⟨

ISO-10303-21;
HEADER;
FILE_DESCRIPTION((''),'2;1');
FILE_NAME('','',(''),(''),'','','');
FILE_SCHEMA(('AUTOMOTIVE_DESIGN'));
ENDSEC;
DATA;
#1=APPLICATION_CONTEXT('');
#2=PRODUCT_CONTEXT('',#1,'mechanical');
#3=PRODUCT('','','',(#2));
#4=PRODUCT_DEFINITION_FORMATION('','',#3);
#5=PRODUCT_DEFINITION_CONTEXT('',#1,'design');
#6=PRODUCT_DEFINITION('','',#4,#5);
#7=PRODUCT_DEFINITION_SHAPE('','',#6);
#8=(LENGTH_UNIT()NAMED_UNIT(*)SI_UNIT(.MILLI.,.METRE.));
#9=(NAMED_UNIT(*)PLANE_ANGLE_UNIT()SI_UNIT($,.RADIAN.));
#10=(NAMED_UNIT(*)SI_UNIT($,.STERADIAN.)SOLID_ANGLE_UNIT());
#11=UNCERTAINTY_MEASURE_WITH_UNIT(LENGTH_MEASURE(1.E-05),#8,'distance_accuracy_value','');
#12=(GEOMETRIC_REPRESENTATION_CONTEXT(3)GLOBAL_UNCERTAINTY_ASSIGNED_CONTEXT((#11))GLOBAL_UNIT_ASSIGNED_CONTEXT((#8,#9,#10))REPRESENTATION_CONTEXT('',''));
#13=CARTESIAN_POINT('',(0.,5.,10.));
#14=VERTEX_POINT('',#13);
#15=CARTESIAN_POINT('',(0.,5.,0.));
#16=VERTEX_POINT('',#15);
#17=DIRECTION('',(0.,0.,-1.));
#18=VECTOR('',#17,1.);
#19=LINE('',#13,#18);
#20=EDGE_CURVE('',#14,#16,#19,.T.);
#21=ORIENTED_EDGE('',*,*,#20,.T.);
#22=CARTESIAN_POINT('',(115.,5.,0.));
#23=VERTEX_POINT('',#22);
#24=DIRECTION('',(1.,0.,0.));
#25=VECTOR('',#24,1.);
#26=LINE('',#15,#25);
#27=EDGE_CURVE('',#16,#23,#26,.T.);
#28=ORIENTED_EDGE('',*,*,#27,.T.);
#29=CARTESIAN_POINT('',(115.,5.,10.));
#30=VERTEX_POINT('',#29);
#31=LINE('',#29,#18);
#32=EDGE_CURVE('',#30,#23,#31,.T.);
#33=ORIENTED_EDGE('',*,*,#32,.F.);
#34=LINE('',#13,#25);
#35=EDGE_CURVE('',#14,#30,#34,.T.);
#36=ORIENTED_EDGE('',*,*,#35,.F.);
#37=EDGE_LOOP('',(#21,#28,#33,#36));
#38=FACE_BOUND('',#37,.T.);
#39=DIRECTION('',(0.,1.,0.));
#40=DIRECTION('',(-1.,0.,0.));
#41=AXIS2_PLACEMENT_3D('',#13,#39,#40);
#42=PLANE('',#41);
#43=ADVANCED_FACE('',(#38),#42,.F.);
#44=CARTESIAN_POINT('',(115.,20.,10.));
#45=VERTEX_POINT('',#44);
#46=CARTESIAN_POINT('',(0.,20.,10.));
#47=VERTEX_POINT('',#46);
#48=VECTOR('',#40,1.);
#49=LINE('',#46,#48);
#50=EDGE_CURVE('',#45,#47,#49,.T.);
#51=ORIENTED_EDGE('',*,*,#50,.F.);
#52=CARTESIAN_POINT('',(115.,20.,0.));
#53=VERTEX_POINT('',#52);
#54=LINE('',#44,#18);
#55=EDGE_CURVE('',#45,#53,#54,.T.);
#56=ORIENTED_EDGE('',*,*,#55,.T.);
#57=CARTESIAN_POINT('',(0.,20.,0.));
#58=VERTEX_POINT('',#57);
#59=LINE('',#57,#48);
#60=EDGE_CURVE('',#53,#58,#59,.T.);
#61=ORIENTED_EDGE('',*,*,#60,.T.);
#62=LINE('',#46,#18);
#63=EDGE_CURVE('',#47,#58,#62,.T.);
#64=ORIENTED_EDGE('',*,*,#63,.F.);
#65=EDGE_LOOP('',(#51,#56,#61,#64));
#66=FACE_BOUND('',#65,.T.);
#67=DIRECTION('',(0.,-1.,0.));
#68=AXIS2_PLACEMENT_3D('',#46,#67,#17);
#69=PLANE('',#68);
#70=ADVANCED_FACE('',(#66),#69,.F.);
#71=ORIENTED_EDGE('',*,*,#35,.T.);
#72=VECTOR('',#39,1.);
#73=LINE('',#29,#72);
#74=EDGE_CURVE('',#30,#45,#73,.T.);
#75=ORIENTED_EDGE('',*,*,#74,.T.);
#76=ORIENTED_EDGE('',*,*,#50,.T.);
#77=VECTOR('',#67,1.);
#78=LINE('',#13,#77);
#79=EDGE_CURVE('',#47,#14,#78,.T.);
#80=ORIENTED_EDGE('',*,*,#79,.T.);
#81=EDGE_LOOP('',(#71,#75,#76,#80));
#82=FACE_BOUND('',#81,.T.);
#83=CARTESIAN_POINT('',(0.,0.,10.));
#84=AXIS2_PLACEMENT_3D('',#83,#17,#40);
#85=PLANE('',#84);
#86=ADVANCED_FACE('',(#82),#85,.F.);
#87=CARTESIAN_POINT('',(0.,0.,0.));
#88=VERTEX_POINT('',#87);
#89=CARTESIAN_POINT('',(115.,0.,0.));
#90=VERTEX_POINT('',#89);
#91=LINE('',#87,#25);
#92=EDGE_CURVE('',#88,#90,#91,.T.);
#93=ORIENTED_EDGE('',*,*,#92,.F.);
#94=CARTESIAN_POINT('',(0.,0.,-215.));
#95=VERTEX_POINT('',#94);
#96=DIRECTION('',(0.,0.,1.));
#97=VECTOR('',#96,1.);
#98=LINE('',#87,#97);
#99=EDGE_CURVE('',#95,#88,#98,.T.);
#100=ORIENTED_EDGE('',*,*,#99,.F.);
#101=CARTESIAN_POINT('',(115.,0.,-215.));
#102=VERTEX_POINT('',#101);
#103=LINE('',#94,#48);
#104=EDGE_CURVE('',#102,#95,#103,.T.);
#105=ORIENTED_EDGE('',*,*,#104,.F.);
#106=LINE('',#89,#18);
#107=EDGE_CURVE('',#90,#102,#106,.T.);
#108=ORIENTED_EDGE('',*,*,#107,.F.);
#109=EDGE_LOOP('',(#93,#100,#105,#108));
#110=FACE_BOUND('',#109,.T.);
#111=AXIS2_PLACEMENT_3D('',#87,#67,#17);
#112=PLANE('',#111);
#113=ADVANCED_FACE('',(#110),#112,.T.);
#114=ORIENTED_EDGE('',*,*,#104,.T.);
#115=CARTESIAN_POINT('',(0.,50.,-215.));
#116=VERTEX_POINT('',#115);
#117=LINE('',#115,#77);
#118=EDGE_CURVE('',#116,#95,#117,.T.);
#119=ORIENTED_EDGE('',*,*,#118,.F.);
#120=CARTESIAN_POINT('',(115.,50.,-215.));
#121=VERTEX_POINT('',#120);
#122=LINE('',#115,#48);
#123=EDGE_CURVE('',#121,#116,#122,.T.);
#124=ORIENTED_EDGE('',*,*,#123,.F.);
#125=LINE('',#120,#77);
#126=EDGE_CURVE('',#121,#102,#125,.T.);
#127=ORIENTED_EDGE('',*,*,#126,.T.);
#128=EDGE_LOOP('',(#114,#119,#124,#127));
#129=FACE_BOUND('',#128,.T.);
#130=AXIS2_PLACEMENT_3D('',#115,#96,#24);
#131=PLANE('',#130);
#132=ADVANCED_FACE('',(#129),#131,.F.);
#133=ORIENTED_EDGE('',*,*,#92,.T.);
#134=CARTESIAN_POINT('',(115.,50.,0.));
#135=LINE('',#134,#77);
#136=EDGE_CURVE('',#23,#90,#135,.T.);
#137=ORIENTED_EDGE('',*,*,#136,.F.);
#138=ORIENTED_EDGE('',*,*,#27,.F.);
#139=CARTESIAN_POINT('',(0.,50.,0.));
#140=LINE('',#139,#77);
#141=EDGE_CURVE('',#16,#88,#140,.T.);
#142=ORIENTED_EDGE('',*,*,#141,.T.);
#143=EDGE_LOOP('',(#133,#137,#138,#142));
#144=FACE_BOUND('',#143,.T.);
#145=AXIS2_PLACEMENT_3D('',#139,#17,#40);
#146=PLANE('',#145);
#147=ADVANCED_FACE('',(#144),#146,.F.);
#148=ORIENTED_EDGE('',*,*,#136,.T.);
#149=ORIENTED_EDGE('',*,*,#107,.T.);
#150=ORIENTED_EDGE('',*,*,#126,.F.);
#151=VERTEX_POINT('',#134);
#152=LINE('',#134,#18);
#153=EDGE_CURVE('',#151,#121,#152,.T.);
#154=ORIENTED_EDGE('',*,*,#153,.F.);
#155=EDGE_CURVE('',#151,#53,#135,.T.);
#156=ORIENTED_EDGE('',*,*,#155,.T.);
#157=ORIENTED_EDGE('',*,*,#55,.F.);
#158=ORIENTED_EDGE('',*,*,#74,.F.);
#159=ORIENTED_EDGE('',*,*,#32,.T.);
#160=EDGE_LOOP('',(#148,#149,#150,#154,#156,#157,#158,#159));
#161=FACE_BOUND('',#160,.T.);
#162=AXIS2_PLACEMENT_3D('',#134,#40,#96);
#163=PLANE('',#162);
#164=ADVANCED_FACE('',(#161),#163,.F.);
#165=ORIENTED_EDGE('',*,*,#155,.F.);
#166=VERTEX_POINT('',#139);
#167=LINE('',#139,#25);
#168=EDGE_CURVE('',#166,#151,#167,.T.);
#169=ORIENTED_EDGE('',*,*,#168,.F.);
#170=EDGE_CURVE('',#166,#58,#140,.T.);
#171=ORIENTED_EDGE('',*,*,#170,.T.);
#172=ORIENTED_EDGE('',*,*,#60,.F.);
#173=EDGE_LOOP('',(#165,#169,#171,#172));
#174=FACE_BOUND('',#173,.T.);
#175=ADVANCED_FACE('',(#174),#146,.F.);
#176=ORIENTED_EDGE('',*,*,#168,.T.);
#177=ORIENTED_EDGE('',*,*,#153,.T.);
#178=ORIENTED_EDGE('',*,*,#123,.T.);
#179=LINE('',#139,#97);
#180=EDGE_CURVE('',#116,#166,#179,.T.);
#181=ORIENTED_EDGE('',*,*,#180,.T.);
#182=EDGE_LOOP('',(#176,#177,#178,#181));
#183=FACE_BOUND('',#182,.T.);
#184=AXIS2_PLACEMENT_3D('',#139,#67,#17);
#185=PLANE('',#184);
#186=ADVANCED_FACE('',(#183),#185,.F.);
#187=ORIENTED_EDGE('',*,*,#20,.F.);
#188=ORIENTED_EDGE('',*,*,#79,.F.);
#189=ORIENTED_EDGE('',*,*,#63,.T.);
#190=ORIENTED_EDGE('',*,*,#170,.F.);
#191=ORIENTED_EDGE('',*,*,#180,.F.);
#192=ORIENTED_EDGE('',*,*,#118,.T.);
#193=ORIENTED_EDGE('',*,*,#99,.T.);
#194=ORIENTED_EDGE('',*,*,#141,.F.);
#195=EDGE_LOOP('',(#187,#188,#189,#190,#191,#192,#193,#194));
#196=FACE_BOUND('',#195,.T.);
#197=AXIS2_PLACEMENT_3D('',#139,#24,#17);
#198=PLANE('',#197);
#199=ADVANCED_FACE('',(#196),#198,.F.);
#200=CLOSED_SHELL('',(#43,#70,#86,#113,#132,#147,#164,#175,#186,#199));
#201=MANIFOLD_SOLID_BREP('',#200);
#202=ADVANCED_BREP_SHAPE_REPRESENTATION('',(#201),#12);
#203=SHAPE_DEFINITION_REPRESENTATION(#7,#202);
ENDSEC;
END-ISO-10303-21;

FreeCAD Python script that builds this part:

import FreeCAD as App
import Part
import Sketcher
from FreeCAD import Vector
Q = App.Units.Quantity

doc = App.newDocument("Part")
params = doc.addObject("Spreadsheet::Sheet", "Params")
for row, (alias, value) in enumerate([
    ("sketch1_width", "115 mm"),
    ("sketch1_height", "215 mm"),
    ("pad1_length", "50 mm"),
    ("sketch2_width", "115 mm"),
    ("sketch2_height", "15 mm"),
    ("pad2_length", "10 mm"),
], start=1):
    params.set(f"A{row}", alias)
    params.set(f"B{row}", "=" + value)
    params.setAlias(f"B{row}", alias)

body = doc.addObject("PartDesign::Body", "Body")

# Sketch on XZ plane
sketch1 = body.newObject("Sketcher::SketchObject", "Sketch")
sketch1.AttachmentSupport = (doc.getObject("XZ_Plane"), [""])
sketch1.MapMode = "FlatFace"
sketch1.addGeometry([
    Part.LineSegment(Vector(0, -215, 0), Vector(0, 0, 0)),
    Part.LineSegment(Vector(0, 0, 0), Vector(115, 0, 0)),
    Part.LineSegment(Vector(115, 0, 0), Vector(115, -215, 0)),
    Part.LineSegment(Vector(115, -215, 0), Vector(0, -215, 0)),
], False)
sketch1.addConstraint([
    Sketcher.Constraint("Coincident", 0, 2, 1, 1),
    Sketcher.Constraint("Coincident", 1, 2, 2, 1),
    Sketcher.Constraint("Coincident", 2, 2, 3, 1),
    Sketcher.Constraint("Coincident", 3, 2, 0, 1),
    Sketcher.Constraint("Vertical", 0),
    Sketcher.Constraint("Horizontal", 1),
    Sketcher.Constraint("Vertical", 2),
    Sketcher.Constraint("Horizontal", 3),
    Sketcher.Constraint("Coincident", 0, 2, -1, 1),
    Sketcher.Constraint("DistanceX", 1, 1, 1, 2, Q("115 mm")),
    Sketcher.Constraint("DistanceY", 0, 1, 0, 2, Q("215 mm")),
])
sketch1.setExpression("Constraints[9]", "Params.sketch1_width")
sketch1.setExpression("Constraints[10]", "Params.sketch1_height")
pad1 = body.newObject("PartDesign::Pad", "Pad")
pad1.Profile = sketch1
pad1.setExpression("Length", "Params.pad1_length")
pad1.Reversed = True

# Sketch on XY plane
sketch2 = body.newObject("Sketcher::SketchObject", "Sketch001")
sketch2.AttachmentSupport = (doc.getObject("XY_Plane"), [""])
sketch2.MapMode = "FlatFace"
sketch2.addGeometry([
    Part.LineSegment(Vector(0, 20, 0), Vector(0, 5, 0)),
    Part.LineSegment(Vector(0, 5, 0), Vector(115, 5, 0)),
    Part.LineSegment(Vector(115, 5, 0), Vector(115, 20, 0)),
    Part.LineSegment(Vector(115, 20, 0), Vector(0, 20, 0)),
], False)
sketch2.addConstraint([
    Sketcher.Constraint("Coincident", 0, 2, 1, 1),
    Sketcher.Constraint("Coincident", 1, 2, 2, 1),
    Sketcher.Constraint("Coincident", 2, 2, 3, 1),
    Sketcher.Constraint("Coincident", 3, 2, 0, 1),
    Sketcher.Constraint("Vertical", 0),
    Sketcher.Constraint("Horizontal", 1),
    Sketcher.Constraint("Vertical", 2),
    Sketcher.Constraint("Horizontal", 3),
    Sketcher.Constraint("PointOnObject", 0, 2, -2),
    Sketcher.Constraint("DistanceX", 1, 1, 1, 2, Q("115 mm")),
    Sketcher.Constraint("DistanceY", 0, 2, 0, 1, Q("15 mm")),
    Sketcher.Constraint("DistanceY", -1, 1, 0, 2, Q("5 mm")),
])
sketch2.setExpression("Constraints[9]", "Params.sketch2_width")
sketch2.setExpression("Constraints[10]", "Params.sketch2_height")
pad2 = body.newObject("PartDesign::Pad", "Pad001")
pad2.Profile = sketch2
pad2.setExpression("Length", "Params.pad2_length")

doc.recompute()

⟩

**TASK TO CARRY OUT**. Look above for the line containing "#116=VERTEX_POINT('',#115);". Output from there through the line containing "#144=FACE_BOUND('',#143,.T.);", exactly and inclusively.

**COMPLETED TASK**.
#116=VERTEX_POINT('',#115);
#117=LINE('',#115,#77);
#118=EDGE_CURVE('',#116,#95,#117,.T.);
#119=ORIENTED_EDGE('',*,*,#118,.F.);
#120=CARTESIAN_POINT('',(115.,50.,-215.));
#121=VERTEX_POINT('',#120);
#122=LINE('',#115,#48);
#123=EDGE_CURVE('',#121,#116,#122,.T.);
#124=ORIENTED_EDGE('',*,*,#123,.F.);
#125=LINE('',#120,#77);
#126=EDGE_CURVE('',#121,#102,#125,.T.);
#127=ORIENTED_EDGE('',*,*,#126,.T.);
#128=EDGE_LOOP('',(#114,#119,#124,#127));
#129=FACE_BOUND('',#128,.T.);
#130=AXIS2_PLACEMENT_3D('',#115,#96,#24);
#131=PLANE('',#130);
#132=ADVANCED_FACE('',(#129),#131,.F.);
#133=ORIENTED_EDGE('',*,*,#92,.T.);
#134=CARTESIAN_POINT('',(115.,50.,0.));
#135=LINE('',#134,#77);
#136=EDGE_CURVE('',#23,#90,#135,.T.);
#137=ORIENTED_EDGE('',*,*,#136,.F.);
#138=ORIENTED_EDGE('',*,*,#27,.F.);
#139=CARTESIAN_POINT('',(0.,50.,0.));
#140=LINE('',#139,#77);
#141=EDGE_CURVE('',#16,#88,#140,.T.);
#142=ORIENTED_EDGE('',*,*,#141,.T.);
#143=EDGE_LOOP('',(#133,#137,#138,#142));
#144=FACE_BOUND('',#143,.T.);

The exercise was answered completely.